No but I use pine bark nuggets which are larger and I don't have that issue. Plus I don't need to replace it every year. Just refresh it every other year.


----------



## krusej23 (May 8, 2018)

pennstater2005 said:


> No but I use pine bark nuggets which are larger and I don't have that issue. Plus I don't need to replace it every year. Just refresh it every other year.


I will have to look at pine bark nuggets but I don't see many places around that have them in bulk form. I'll have to check out lowes to see what they have. I'm going to see what our bulk place has for shredded hardwood mulch too because I would think the more shredded it is, the less likely it is to fly away. Maybe I'm wrong.


----------



## pennstater2005 (Jul 17, 2017)

Yeah mine was bagged Lowe's. Super light though which is nice and the bags are large. I probably only use ten or fifteen bags every other year though. If you have a lot it would be cost prohibitive.


----------



## Mr McTurf (Jun 21, 2018)

If available in your area, check out Eastern Red Cedar from a landscape supply center. As far as bulk mulch goes, it is on the more expensive side, but it lasts longer than most others because it doesn't decompose quite as fast. Holds its color well, and is kind of a shredded product so it doesn't move around as easy as chips or the bagged stuff.

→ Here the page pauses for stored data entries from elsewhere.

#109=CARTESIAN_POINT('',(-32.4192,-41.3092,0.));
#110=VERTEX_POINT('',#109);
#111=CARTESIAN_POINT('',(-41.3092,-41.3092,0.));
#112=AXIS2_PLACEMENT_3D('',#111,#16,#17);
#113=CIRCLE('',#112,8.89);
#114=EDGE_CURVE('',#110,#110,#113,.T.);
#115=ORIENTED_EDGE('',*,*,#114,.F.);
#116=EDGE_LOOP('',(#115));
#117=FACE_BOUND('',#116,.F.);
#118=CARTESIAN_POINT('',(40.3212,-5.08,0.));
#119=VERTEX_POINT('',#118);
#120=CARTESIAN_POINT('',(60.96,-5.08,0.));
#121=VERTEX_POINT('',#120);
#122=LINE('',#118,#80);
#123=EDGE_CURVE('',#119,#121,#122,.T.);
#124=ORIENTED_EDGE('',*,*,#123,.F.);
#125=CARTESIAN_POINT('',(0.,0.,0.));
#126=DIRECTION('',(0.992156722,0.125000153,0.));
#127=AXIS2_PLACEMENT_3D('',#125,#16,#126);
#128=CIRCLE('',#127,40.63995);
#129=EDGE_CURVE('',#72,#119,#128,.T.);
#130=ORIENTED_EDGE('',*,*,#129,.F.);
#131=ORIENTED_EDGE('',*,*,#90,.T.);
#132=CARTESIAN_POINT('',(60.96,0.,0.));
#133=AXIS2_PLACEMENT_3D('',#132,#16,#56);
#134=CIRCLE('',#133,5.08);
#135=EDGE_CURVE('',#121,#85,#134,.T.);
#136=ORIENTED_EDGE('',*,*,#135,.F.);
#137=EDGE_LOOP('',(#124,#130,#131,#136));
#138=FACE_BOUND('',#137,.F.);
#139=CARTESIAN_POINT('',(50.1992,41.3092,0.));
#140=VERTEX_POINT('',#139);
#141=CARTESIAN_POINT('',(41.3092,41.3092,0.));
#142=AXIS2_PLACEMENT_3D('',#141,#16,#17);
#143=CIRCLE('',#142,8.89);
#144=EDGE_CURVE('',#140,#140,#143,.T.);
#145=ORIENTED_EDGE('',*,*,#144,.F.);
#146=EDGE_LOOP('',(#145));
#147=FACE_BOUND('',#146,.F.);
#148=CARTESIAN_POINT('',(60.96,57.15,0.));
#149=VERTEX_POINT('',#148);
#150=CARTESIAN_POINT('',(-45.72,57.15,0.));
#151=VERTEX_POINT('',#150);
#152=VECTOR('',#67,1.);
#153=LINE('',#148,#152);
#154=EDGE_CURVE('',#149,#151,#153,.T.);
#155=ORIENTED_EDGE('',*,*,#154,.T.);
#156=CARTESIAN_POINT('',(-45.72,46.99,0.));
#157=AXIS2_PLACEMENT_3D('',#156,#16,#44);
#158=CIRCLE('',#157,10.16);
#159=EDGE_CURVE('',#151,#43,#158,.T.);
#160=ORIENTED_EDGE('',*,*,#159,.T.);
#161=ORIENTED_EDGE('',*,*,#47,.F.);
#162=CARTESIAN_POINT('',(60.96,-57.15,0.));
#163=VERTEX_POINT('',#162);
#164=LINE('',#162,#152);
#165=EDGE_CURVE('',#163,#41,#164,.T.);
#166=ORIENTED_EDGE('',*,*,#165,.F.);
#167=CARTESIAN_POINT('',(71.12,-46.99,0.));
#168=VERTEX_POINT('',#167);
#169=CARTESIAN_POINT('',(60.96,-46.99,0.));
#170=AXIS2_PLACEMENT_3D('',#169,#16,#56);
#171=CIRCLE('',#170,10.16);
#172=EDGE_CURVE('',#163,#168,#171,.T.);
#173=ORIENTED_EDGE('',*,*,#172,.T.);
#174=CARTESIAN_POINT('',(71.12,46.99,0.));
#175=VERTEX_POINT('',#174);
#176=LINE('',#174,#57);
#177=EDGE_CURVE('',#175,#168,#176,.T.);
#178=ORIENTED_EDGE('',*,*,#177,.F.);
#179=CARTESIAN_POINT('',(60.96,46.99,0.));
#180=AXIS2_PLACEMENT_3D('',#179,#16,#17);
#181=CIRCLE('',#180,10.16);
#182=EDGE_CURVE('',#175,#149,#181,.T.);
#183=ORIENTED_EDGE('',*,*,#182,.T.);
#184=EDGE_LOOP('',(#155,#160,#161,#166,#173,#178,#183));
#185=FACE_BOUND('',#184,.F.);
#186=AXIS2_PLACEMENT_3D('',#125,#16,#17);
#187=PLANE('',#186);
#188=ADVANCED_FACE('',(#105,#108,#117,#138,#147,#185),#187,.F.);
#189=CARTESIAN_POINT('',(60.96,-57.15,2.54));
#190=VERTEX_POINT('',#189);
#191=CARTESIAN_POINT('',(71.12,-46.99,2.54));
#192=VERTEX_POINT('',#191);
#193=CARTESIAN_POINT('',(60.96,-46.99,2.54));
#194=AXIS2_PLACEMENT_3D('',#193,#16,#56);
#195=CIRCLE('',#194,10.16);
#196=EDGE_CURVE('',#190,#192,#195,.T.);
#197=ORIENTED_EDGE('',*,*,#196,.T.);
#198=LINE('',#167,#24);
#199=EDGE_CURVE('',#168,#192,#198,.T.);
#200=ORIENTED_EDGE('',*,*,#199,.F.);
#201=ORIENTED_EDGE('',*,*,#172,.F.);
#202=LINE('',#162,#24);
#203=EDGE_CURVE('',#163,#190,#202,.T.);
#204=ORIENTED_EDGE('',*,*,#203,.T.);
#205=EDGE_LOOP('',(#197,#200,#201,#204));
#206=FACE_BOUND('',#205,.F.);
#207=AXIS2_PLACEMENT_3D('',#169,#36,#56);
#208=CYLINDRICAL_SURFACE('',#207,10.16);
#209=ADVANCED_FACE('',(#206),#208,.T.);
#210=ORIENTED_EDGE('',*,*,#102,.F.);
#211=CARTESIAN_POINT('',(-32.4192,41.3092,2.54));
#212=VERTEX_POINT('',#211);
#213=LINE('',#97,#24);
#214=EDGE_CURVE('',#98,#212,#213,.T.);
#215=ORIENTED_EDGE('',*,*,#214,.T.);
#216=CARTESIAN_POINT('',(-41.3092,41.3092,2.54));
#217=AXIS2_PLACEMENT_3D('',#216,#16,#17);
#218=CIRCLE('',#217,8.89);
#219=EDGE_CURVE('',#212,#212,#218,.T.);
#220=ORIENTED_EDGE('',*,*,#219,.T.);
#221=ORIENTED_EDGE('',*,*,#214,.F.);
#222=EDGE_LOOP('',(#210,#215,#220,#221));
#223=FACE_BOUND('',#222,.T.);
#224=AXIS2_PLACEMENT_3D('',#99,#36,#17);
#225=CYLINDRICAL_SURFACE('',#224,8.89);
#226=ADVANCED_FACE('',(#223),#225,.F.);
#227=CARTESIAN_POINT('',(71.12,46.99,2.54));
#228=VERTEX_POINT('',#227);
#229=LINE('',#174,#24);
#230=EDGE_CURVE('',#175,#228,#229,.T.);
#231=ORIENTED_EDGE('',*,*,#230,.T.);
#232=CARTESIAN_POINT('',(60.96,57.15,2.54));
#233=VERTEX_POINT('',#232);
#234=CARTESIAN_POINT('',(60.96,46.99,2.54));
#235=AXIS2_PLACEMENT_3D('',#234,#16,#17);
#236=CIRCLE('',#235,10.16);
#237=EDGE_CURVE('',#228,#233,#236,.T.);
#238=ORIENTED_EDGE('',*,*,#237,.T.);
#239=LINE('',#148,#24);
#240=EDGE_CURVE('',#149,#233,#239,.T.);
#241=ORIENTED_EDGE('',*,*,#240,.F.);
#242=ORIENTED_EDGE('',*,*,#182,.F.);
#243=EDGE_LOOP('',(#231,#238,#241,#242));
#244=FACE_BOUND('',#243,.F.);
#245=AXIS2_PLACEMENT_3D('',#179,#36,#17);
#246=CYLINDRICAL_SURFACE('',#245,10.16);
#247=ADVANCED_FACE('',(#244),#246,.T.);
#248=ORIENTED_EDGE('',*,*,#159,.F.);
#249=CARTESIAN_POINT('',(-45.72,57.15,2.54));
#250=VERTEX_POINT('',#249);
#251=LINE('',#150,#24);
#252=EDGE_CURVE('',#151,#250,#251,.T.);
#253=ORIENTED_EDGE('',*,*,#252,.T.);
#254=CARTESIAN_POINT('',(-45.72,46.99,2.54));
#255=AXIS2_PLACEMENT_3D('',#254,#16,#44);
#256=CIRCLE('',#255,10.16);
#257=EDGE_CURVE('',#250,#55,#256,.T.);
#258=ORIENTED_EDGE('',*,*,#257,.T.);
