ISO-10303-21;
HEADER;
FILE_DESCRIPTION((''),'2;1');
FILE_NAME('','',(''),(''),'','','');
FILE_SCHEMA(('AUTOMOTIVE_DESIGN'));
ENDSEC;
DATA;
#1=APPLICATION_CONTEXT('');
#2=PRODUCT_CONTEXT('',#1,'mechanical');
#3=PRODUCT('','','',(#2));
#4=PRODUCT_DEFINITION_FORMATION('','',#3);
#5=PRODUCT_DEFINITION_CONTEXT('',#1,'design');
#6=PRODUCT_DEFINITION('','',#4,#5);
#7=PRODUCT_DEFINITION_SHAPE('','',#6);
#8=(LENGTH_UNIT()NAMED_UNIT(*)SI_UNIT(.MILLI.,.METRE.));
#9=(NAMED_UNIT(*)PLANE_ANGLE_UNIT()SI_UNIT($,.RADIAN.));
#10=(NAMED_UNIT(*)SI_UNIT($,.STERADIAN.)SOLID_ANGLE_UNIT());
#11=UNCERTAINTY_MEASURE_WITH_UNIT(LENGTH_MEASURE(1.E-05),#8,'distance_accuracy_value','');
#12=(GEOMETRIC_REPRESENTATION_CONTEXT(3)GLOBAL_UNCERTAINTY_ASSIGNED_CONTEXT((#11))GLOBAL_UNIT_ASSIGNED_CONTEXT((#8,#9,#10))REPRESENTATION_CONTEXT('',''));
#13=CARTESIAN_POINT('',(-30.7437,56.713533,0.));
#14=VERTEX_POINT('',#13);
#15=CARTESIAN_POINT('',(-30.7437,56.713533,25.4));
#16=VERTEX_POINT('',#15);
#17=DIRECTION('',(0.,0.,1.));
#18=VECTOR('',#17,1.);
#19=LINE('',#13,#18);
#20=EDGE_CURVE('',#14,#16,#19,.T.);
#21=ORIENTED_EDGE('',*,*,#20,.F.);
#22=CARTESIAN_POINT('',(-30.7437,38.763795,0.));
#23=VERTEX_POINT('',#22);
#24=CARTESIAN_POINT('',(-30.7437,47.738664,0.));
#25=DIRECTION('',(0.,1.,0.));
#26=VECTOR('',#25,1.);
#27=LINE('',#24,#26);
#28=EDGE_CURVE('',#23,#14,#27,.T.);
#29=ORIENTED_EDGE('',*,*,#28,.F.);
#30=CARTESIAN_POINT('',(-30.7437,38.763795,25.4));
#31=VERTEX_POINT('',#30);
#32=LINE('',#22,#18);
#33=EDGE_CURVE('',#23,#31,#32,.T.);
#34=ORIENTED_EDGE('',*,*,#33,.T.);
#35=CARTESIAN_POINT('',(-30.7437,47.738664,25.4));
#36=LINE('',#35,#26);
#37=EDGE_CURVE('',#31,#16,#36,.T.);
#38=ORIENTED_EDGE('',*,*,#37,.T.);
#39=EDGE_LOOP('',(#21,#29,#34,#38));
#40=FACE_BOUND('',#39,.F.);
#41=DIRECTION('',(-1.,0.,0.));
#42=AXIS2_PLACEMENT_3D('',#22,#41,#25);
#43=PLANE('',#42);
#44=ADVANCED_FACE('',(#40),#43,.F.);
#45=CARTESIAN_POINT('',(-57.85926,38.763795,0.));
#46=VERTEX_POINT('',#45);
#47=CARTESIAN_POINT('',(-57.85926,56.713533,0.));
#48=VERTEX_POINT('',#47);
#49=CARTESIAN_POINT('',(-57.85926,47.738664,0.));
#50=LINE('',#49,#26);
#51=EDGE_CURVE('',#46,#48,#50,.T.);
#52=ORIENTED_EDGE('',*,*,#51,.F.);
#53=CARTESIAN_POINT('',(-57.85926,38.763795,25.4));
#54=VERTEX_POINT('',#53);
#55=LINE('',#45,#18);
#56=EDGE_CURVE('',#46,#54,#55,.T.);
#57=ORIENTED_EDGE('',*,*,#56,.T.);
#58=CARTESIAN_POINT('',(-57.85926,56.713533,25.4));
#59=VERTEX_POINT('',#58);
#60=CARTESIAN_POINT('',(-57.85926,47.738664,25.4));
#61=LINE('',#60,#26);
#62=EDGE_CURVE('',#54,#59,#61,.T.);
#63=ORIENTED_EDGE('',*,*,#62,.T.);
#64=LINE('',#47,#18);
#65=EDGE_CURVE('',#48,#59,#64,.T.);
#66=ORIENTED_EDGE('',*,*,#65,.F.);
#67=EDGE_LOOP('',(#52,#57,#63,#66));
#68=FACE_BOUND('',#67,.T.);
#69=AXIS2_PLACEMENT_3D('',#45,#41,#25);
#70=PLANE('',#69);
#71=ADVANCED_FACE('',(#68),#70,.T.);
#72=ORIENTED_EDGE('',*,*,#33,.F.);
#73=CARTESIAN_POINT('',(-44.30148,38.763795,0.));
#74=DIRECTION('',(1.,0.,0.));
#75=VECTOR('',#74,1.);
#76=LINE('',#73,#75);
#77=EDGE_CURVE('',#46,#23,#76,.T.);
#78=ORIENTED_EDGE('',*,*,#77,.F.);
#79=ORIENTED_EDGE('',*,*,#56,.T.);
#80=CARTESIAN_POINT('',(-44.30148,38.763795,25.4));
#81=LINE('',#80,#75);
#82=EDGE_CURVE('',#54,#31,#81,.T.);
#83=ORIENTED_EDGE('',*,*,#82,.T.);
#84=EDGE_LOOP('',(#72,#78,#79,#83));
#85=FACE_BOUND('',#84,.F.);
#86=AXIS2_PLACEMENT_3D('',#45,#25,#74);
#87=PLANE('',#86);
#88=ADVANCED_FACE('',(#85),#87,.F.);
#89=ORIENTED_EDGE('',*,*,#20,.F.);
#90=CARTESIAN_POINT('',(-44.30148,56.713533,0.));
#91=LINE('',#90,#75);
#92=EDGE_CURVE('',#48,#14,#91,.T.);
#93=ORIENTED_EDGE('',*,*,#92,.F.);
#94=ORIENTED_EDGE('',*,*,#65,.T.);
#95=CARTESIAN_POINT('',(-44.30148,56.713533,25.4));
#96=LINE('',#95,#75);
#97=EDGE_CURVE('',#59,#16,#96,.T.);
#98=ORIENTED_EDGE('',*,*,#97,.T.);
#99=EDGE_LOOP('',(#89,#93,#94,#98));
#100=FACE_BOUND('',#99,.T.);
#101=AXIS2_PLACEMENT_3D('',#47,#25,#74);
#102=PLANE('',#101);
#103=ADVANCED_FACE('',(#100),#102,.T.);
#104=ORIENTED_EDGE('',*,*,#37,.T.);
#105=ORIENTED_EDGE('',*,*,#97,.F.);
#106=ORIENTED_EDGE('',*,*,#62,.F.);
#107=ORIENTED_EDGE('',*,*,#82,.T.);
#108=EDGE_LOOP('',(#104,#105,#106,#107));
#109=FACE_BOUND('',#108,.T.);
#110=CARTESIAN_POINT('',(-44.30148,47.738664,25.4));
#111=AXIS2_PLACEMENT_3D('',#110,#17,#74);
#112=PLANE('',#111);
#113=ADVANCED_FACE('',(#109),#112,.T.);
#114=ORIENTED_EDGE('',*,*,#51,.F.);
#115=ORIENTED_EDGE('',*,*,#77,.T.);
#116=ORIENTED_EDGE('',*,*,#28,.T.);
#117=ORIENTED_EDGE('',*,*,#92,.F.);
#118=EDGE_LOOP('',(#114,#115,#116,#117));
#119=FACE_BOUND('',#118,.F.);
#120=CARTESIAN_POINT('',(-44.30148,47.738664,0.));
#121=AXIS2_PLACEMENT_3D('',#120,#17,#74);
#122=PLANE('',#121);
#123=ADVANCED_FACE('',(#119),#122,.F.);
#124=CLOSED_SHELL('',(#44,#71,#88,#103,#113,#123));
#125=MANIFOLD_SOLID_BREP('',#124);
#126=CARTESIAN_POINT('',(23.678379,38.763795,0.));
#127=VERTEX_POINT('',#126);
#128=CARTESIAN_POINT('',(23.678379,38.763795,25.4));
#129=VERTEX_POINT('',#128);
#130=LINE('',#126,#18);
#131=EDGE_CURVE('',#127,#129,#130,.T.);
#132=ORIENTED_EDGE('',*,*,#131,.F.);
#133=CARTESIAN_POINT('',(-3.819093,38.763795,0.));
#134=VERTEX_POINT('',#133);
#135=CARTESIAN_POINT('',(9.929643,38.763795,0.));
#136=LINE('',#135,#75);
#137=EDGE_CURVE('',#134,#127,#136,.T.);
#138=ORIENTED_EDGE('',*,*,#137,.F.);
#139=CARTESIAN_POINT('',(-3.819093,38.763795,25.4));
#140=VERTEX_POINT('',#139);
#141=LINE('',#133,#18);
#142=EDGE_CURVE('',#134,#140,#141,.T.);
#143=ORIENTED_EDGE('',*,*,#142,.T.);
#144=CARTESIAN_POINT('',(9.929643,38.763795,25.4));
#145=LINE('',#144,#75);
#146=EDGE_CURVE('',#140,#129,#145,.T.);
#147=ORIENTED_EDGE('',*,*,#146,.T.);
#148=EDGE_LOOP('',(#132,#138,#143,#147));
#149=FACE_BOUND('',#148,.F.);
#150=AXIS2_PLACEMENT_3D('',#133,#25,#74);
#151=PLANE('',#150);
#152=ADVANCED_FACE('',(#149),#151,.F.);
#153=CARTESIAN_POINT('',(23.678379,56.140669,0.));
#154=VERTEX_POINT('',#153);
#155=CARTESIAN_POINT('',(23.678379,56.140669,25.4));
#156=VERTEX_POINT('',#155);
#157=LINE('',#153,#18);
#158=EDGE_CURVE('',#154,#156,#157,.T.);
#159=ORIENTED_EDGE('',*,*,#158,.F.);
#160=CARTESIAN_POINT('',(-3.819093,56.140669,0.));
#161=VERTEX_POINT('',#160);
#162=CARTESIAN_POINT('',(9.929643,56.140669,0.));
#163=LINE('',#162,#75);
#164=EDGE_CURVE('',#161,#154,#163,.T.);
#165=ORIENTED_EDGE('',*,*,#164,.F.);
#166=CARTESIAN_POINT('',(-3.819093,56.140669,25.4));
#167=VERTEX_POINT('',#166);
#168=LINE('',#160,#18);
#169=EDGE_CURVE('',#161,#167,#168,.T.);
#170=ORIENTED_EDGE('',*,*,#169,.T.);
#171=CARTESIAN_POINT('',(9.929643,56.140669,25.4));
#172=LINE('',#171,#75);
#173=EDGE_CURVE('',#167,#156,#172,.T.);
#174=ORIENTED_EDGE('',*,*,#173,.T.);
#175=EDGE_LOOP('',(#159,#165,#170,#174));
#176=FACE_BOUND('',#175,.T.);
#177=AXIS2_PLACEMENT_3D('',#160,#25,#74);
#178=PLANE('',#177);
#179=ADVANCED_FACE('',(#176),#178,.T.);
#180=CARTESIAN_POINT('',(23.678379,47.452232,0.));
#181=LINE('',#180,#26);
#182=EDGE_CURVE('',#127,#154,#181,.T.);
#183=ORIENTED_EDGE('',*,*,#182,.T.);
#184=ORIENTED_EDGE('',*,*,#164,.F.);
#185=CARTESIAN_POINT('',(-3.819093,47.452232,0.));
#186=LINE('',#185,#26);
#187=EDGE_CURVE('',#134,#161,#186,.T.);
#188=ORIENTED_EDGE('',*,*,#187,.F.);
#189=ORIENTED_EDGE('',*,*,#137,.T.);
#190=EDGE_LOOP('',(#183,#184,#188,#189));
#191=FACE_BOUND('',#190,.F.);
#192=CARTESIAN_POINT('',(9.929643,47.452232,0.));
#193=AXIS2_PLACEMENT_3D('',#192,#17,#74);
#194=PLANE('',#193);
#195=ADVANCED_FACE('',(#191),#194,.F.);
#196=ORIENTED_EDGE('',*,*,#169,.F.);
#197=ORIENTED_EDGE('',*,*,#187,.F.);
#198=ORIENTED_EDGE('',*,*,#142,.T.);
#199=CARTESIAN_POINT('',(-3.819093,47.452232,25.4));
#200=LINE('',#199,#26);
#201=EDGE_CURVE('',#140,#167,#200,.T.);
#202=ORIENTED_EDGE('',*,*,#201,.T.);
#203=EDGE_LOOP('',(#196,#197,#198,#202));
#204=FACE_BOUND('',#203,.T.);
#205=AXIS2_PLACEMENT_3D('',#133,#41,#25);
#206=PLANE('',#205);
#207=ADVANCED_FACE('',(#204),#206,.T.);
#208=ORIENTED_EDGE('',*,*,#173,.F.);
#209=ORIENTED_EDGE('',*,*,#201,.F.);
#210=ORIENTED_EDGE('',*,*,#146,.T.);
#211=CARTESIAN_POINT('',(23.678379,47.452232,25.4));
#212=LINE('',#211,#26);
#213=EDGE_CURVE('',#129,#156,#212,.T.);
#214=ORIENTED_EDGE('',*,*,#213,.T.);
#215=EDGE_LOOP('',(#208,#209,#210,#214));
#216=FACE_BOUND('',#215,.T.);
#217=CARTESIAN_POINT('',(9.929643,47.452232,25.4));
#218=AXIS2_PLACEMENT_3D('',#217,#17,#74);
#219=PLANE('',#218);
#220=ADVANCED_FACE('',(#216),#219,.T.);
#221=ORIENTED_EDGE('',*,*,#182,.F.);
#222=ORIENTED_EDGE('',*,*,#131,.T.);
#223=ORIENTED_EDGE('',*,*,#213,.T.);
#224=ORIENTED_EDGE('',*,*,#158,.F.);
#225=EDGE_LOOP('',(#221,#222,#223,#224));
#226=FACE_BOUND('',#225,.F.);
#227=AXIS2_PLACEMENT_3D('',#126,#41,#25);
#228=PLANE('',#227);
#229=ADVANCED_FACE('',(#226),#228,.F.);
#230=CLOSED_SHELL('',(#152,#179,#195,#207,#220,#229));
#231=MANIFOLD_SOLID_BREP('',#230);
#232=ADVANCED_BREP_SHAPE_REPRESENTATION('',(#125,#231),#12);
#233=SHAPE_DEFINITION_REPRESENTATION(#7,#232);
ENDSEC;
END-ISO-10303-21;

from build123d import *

# Parameters (mm, degrees)
F0_W     = 27.497472
F0_H     = 17.376874
F0_W_2   = 27.115561
F0_H_2   = 17.949738
F1_DEPTH = 25.4


with BuildPart() as f1:
    # F0 (on Top) → F1 (new body)
    with BuildSketch(Plane.XY):
        with Locations((9.929643, 47.452232)):
            Rectangle(F0_W, F0_H)
        with Locations((-44.30148, 47.738664)):
            Rectangle(F0_W_2, F0_H_2)
    extrude(amount=F1_DEPTH)


solid = f1.part
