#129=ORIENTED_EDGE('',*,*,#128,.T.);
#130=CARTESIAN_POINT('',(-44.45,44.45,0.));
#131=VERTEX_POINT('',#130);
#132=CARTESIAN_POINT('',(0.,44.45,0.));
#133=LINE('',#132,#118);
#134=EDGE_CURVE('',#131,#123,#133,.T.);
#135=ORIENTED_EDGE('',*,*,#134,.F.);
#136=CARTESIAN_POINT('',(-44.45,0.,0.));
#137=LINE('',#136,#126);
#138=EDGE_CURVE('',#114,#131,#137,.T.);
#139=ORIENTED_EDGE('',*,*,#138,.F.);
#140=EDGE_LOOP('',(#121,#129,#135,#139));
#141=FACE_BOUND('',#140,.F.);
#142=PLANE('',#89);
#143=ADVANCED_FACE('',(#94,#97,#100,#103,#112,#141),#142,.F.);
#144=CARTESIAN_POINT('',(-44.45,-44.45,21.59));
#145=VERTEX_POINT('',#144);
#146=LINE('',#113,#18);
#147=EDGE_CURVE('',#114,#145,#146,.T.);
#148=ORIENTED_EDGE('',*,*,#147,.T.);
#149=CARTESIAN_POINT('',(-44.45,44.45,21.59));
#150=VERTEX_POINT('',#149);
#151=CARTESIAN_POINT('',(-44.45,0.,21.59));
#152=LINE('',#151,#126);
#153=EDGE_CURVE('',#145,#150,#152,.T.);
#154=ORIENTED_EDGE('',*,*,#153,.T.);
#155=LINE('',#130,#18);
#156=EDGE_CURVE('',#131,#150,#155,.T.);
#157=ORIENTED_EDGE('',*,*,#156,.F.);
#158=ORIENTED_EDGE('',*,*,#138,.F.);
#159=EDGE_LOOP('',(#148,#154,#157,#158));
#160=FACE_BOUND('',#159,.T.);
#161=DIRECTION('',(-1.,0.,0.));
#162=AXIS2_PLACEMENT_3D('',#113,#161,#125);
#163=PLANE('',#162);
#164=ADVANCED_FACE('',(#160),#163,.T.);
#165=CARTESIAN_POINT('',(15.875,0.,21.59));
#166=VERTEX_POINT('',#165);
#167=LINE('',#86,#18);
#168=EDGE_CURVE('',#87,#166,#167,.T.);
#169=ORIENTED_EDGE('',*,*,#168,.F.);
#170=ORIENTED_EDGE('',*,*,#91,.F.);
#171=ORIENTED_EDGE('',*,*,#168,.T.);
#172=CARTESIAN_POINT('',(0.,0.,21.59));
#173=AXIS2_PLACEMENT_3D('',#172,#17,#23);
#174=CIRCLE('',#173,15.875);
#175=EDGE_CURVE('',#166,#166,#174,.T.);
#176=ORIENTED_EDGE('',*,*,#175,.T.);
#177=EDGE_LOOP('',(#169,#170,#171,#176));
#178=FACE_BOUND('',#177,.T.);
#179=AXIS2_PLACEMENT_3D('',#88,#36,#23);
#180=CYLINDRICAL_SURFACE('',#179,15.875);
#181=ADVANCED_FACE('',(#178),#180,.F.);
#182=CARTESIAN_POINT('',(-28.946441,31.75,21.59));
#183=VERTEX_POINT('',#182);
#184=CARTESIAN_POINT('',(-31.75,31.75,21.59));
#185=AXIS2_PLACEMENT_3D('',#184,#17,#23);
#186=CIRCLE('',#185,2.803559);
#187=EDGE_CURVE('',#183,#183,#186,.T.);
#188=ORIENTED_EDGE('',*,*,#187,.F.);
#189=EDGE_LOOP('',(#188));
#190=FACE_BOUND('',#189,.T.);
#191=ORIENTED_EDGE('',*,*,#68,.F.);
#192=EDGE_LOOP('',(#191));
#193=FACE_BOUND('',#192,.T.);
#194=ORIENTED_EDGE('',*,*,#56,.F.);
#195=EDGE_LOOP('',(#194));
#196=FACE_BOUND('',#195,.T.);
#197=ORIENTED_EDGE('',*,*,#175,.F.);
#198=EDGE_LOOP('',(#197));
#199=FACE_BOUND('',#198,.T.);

If you have it thick enough, you just need to top off every couple years.


----------



## bernstem (Jan 16, 2018)

I use a 50/50 mix of finely ground mulch and compost that gets delivered in bulk. I have never had any issues with it blowing around. It looks just like finely shredded mulch and adds organic matter and fertilizes.


----------



## krusej23 (May 8, 2018)

bernstem said:


> I use a 50/50 mix of finely ground mulch and compost that gets delivered in bulk. I have never had any issues with it blowing around. It looks just like finely shredded mulch and adds organic matter and fertilizes.


I really like that idea. So do you have them deliver them and dump them in separate piles and mix in a wheelbarrow or just mix in the landscaping?


----------



## bernstem (Jan 16, 2018)

My supplier sells a pre-mix. Your supplier may have something similar, or can likely pre-mix for you if you are ordering more than a few yards (though they will probably charge to do it). If not, I would probably spread compost, then mulch on top without mixing or mix in a wheelbarrow then spread. It would be a pain to mix them in the garden with the plants in the way.


----------



## krusej23 (May 8, 2018)

Done. Dug holes between plants, took the bad clay out, covered whole area with bulk compost, and put bulk brown hardwood mulch on top. I'm beat after that. Also cleaned up the live edges on my 3 trees.


----------



## jabopy (Nov 24, 2018)

I know it's not for everyone but I use wood chips, free! I layed about 5" deep three years ago most has turned to soil now, the top just requires a rake now and then to smarten things up.


----------



## PTNair (May 1, 2020)

The electrical company in my area gives free wood chips. The problem is they deliver only truck loads!!! and that is too much for me. If you need a large supply or the neighbors can share, that is an option. The chips are big and I don't think it will blow away once it is settled.


----------